▸ **Work order**: What you need to produce from the material below is an exact transcription of the lines from the one with "#183=ORIENTED_EDGE('',*,*,#129,.F.);" through the one with "#197=EDGE_LOOP('',(#182,#183,#187,#188,#192,#193,#196));", both included, and no other line.

▸ **Exercise input**:
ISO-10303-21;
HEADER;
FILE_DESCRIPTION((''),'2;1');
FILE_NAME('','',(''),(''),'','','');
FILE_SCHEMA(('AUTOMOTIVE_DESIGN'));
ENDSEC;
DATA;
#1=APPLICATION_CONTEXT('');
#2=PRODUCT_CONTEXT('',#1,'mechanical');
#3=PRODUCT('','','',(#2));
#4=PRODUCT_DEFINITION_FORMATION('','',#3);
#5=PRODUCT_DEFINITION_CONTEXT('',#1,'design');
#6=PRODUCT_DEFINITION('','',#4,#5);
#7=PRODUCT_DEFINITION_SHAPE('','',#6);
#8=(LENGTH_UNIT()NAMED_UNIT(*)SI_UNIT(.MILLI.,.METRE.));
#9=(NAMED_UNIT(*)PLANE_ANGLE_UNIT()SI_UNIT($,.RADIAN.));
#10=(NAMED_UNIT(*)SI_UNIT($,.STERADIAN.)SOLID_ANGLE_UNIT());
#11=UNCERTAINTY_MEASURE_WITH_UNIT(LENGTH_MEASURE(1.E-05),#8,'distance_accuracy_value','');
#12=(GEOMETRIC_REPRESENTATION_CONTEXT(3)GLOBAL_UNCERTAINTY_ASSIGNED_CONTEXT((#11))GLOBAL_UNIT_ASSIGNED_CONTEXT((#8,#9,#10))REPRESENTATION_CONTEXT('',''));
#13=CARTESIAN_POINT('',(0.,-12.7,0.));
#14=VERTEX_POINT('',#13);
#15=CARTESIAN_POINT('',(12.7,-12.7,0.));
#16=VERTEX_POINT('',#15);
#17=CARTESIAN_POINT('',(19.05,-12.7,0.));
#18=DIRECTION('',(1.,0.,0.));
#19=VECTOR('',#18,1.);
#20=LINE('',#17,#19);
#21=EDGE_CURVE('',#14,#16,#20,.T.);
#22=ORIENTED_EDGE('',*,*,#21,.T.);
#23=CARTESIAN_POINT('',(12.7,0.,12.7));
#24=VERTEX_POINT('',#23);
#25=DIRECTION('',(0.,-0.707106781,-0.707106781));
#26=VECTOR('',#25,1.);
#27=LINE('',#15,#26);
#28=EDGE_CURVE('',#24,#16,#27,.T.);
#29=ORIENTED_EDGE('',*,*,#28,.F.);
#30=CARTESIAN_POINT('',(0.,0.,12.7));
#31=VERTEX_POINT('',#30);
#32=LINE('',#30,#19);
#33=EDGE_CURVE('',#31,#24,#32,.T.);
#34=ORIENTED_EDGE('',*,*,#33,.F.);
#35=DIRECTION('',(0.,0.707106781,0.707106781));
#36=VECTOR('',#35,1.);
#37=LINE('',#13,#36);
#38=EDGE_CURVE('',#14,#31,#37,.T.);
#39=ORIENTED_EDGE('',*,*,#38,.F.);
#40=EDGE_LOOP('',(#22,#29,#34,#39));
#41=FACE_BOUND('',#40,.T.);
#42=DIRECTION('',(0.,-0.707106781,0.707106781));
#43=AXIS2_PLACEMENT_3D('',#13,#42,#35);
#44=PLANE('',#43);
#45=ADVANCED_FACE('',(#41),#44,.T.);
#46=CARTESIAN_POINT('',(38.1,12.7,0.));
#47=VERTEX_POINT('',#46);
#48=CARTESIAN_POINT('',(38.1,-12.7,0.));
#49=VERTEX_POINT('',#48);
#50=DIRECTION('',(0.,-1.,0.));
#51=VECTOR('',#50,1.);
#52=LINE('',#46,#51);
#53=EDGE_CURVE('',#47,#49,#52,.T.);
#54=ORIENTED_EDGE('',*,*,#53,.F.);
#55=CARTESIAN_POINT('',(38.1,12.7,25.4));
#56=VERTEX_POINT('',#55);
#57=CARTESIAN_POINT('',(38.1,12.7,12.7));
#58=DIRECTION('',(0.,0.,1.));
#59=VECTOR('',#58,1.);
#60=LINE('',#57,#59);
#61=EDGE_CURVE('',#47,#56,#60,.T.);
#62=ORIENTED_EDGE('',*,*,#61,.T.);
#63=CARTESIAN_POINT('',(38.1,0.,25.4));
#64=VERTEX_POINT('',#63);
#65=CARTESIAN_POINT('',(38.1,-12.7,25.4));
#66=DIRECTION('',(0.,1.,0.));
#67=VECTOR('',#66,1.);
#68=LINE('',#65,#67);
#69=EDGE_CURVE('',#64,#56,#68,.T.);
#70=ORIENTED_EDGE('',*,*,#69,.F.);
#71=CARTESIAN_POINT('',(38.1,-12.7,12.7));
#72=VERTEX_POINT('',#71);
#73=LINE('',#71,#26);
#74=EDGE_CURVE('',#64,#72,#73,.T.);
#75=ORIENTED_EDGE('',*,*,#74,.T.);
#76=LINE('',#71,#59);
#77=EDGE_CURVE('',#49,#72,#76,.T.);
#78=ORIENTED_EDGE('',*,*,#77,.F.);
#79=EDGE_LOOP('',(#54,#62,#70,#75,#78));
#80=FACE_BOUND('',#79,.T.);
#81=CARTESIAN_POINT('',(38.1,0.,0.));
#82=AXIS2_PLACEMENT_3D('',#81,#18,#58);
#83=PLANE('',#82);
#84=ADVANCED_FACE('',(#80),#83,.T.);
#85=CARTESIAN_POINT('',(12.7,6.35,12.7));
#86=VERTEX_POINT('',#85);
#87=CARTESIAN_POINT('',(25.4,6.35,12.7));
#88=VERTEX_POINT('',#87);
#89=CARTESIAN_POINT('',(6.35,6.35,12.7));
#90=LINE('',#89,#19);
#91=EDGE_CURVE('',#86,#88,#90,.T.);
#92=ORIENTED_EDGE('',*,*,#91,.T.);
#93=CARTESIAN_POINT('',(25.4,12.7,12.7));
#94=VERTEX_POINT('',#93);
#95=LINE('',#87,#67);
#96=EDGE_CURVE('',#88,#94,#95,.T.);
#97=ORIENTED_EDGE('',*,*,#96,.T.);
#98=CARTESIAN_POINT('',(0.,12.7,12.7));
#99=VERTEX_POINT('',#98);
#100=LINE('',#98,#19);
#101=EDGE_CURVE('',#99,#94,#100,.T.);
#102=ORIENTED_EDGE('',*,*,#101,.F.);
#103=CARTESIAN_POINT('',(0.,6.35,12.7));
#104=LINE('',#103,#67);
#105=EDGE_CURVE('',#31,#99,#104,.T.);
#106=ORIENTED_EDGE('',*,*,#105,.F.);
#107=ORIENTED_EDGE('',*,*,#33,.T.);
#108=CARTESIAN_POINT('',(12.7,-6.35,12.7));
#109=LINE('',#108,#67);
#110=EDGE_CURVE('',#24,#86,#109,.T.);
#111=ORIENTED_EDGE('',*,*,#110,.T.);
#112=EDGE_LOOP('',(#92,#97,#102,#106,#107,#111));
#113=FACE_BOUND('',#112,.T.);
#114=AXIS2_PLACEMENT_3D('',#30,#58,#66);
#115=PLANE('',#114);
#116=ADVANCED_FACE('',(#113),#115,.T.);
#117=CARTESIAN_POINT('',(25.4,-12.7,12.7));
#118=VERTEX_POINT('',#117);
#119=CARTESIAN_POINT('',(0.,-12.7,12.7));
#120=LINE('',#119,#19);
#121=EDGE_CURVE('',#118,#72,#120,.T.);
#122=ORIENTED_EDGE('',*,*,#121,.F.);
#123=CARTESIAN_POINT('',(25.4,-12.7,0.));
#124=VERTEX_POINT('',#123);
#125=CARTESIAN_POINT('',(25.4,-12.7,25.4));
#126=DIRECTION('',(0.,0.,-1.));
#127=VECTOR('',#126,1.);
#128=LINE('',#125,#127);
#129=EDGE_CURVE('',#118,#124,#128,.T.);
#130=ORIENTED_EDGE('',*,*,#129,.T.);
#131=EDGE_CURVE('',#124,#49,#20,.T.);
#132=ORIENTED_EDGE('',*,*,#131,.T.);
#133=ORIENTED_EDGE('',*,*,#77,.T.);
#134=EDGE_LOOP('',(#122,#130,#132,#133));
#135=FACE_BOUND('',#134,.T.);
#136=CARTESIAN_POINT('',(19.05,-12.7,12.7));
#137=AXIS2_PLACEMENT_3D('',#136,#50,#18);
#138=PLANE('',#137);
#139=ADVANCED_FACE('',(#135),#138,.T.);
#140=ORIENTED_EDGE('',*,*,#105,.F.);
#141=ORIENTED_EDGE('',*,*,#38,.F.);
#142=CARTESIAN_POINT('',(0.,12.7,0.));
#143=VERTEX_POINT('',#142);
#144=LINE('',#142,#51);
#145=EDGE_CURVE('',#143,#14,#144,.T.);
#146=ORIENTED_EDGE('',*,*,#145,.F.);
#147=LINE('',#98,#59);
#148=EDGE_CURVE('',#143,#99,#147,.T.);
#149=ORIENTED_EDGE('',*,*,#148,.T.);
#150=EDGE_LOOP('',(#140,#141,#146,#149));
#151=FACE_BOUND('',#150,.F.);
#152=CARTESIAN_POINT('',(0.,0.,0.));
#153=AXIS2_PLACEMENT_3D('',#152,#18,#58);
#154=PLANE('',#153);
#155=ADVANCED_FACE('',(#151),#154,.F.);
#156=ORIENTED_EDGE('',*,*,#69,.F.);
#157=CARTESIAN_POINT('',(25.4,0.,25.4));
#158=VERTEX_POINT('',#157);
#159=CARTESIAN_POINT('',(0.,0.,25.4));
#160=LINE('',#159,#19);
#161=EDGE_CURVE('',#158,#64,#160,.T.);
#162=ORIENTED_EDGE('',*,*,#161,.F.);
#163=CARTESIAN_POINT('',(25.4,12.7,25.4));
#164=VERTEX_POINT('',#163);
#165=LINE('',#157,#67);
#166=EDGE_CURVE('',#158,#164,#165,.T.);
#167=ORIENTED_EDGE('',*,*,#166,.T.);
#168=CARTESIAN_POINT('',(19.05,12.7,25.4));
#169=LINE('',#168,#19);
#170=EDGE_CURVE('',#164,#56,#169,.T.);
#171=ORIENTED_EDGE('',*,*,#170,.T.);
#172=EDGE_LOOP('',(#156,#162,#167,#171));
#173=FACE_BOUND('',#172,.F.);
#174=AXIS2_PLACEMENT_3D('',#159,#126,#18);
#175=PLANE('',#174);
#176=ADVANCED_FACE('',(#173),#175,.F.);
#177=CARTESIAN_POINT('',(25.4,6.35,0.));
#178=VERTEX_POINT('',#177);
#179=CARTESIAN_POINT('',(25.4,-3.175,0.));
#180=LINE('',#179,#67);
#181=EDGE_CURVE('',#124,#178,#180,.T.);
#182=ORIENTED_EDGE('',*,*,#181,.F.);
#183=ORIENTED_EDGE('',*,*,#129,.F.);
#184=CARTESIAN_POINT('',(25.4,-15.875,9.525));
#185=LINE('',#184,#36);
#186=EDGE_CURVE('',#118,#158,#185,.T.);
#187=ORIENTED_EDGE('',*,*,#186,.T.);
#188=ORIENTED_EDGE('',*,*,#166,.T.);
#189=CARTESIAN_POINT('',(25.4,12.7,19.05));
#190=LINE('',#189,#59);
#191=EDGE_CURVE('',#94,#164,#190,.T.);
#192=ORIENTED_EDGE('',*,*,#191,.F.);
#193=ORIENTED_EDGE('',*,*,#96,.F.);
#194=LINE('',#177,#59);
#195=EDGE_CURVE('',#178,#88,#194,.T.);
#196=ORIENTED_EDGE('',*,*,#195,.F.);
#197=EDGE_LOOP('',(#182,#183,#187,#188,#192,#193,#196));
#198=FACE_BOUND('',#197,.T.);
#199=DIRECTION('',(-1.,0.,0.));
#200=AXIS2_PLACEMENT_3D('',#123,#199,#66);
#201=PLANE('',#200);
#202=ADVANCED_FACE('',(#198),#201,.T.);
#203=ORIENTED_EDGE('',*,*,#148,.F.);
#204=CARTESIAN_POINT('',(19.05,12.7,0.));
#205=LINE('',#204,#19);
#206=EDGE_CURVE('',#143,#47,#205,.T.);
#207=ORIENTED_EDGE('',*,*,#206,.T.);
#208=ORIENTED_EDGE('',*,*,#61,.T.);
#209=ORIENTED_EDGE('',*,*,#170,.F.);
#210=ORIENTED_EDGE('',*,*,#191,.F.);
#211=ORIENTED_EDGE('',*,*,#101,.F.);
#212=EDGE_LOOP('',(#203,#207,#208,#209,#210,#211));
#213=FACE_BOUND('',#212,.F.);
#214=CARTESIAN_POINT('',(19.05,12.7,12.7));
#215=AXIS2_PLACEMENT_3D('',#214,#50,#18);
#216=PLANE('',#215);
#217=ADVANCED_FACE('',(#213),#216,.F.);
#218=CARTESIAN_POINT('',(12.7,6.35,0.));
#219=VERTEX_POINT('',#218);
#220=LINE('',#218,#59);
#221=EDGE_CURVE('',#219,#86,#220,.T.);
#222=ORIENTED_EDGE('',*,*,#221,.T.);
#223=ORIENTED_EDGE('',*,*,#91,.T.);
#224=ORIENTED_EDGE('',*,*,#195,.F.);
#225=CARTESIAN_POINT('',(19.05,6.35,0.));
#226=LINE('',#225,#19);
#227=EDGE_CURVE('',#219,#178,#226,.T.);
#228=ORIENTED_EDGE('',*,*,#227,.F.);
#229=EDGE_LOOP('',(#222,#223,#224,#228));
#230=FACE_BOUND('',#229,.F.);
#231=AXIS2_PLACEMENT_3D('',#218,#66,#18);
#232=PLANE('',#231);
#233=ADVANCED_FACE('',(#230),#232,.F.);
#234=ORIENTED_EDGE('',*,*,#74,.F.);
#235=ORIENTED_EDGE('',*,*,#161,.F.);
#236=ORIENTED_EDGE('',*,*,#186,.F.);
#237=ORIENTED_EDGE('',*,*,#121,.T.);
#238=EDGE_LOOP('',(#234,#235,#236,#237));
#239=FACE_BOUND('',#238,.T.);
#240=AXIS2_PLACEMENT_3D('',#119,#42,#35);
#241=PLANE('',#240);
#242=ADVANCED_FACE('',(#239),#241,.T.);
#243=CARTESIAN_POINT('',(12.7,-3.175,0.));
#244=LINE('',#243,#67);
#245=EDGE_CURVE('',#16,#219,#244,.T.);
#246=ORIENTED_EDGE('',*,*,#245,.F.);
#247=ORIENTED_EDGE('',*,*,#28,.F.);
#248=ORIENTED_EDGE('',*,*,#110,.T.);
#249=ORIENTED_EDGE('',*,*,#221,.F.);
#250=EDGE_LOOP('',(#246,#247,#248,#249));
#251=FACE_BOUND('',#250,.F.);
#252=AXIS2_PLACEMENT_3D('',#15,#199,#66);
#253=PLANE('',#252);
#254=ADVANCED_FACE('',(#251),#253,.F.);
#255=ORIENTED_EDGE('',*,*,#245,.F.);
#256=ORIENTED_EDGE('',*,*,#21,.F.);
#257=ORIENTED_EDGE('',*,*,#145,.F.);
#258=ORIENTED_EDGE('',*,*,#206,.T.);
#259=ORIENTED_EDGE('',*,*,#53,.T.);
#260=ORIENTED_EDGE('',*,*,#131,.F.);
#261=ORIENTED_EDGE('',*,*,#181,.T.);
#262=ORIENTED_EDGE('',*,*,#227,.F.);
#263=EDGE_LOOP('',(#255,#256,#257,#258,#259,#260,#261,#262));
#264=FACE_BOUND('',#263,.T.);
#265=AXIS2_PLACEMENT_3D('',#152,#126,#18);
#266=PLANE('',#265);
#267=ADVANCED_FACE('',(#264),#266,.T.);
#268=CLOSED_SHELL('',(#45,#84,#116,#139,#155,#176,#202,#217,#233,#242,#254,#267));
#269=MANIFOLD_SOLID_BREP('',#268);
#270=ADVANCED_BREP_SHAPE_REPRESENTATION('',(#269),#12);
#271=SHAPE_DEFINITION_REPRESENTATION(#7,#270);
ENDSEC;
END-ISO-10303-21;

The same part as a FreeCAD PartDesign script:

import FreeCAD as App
import Part
import Sketcher
from FreeCAD import Vector
Q = App.Units.Quantity

doc = App.newDocument("Part")
body = doc.addObject("PartDesign::Body", "Body")

# Sketch on XZ plane
sketch1 = body.newObject("Sketcher::SketchObject", "Sketch")
sketch1.AttachmentSupport = (doc.getObject("XZ_Plane"), [""])
sketch1.MapMode = "FlatFace"
sketch1.addGeometry([
    Part.LineSegment(Vector(0, 25, 0), Vector(0, 0, 0)),
    Part.LineSegment(Vector(0, 0, 0), Vector(38, 0, 0)),
    Part.LineSegment(Vector(38, 0, 0), Vector(38, 25, 0)),
    Part.LineSegment(Vector(38, 25, 0), Vector(0, 25, 0)),
], False)
sketch1.addConstraint([
    Sketcher.Constraint("Coincident", 0, 2, 1, 1),
    Sketcher.Constraint("Coincident", 1, 2, 2, 1),
    Sketcher.Constraint("Coincident", 2, 2, 3, 1),
    Sketcher.Constraint("Coincident", 3, 2, 0, 1),
    Sketcher.Constraint("Vertical", 0),
    Sketcher.Constraint("Horizontal", 1),
    Sketcher.Constraint("Vertical", 2),
    Sketcher.Constraint("Horizontal", 3),
    Sketcher.Constraint("Coincident", 0, 2, -1, 1),
    Sketcher.Constraint("DistanceY", 0, 2, 0, 1, Q("1 in")),
    Sketcher.Constraint("DistanceX", 1, 1, 1, 2, Q("1.5 in")),
])
pad1 = body.newObject("PartDesign::Pad", "Pad")
pad1.Profile = sketch1
pad1.Length = Q("1 in")
pad1.Midplane = True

▸ **Result for this task**:
#183=ORIENTED_EDGE('',*,*,#129,.F.);
#184=CARTESIAN_POINT('',(25.4,-15.875,9.525));
#185=LINE('',#184,#36);
#186=EDGE_CURVE('',#118,#158,#185,.T.);
#187=ORIENTED_EDGE('',*,*,#186,.T.);
#188=ORIENTED_EDGE('',*,*,#166,.T.);
#189=CARTESIAN_POINT('',(25.4,12.7,19.05));
#190=LINE('',#189,#59);
#191=EDGE_CURVE('',#94,#164,#190,.T.);
#192=ORIENTED_EDGE('',*,*,#191,.F.);
#193=ORIENTED_EDGE('',*,*,#96,.F.);
#194=LINE('',#177,#59);
#195=EDGE_CURVE('',#178,#88,#194,.T.);
#196=ORIENTED_EDGE('',*,*,#195,.F.);
#197=EDGE_LOOP('',(#182,#183,#187,#188,#192,#193,#196));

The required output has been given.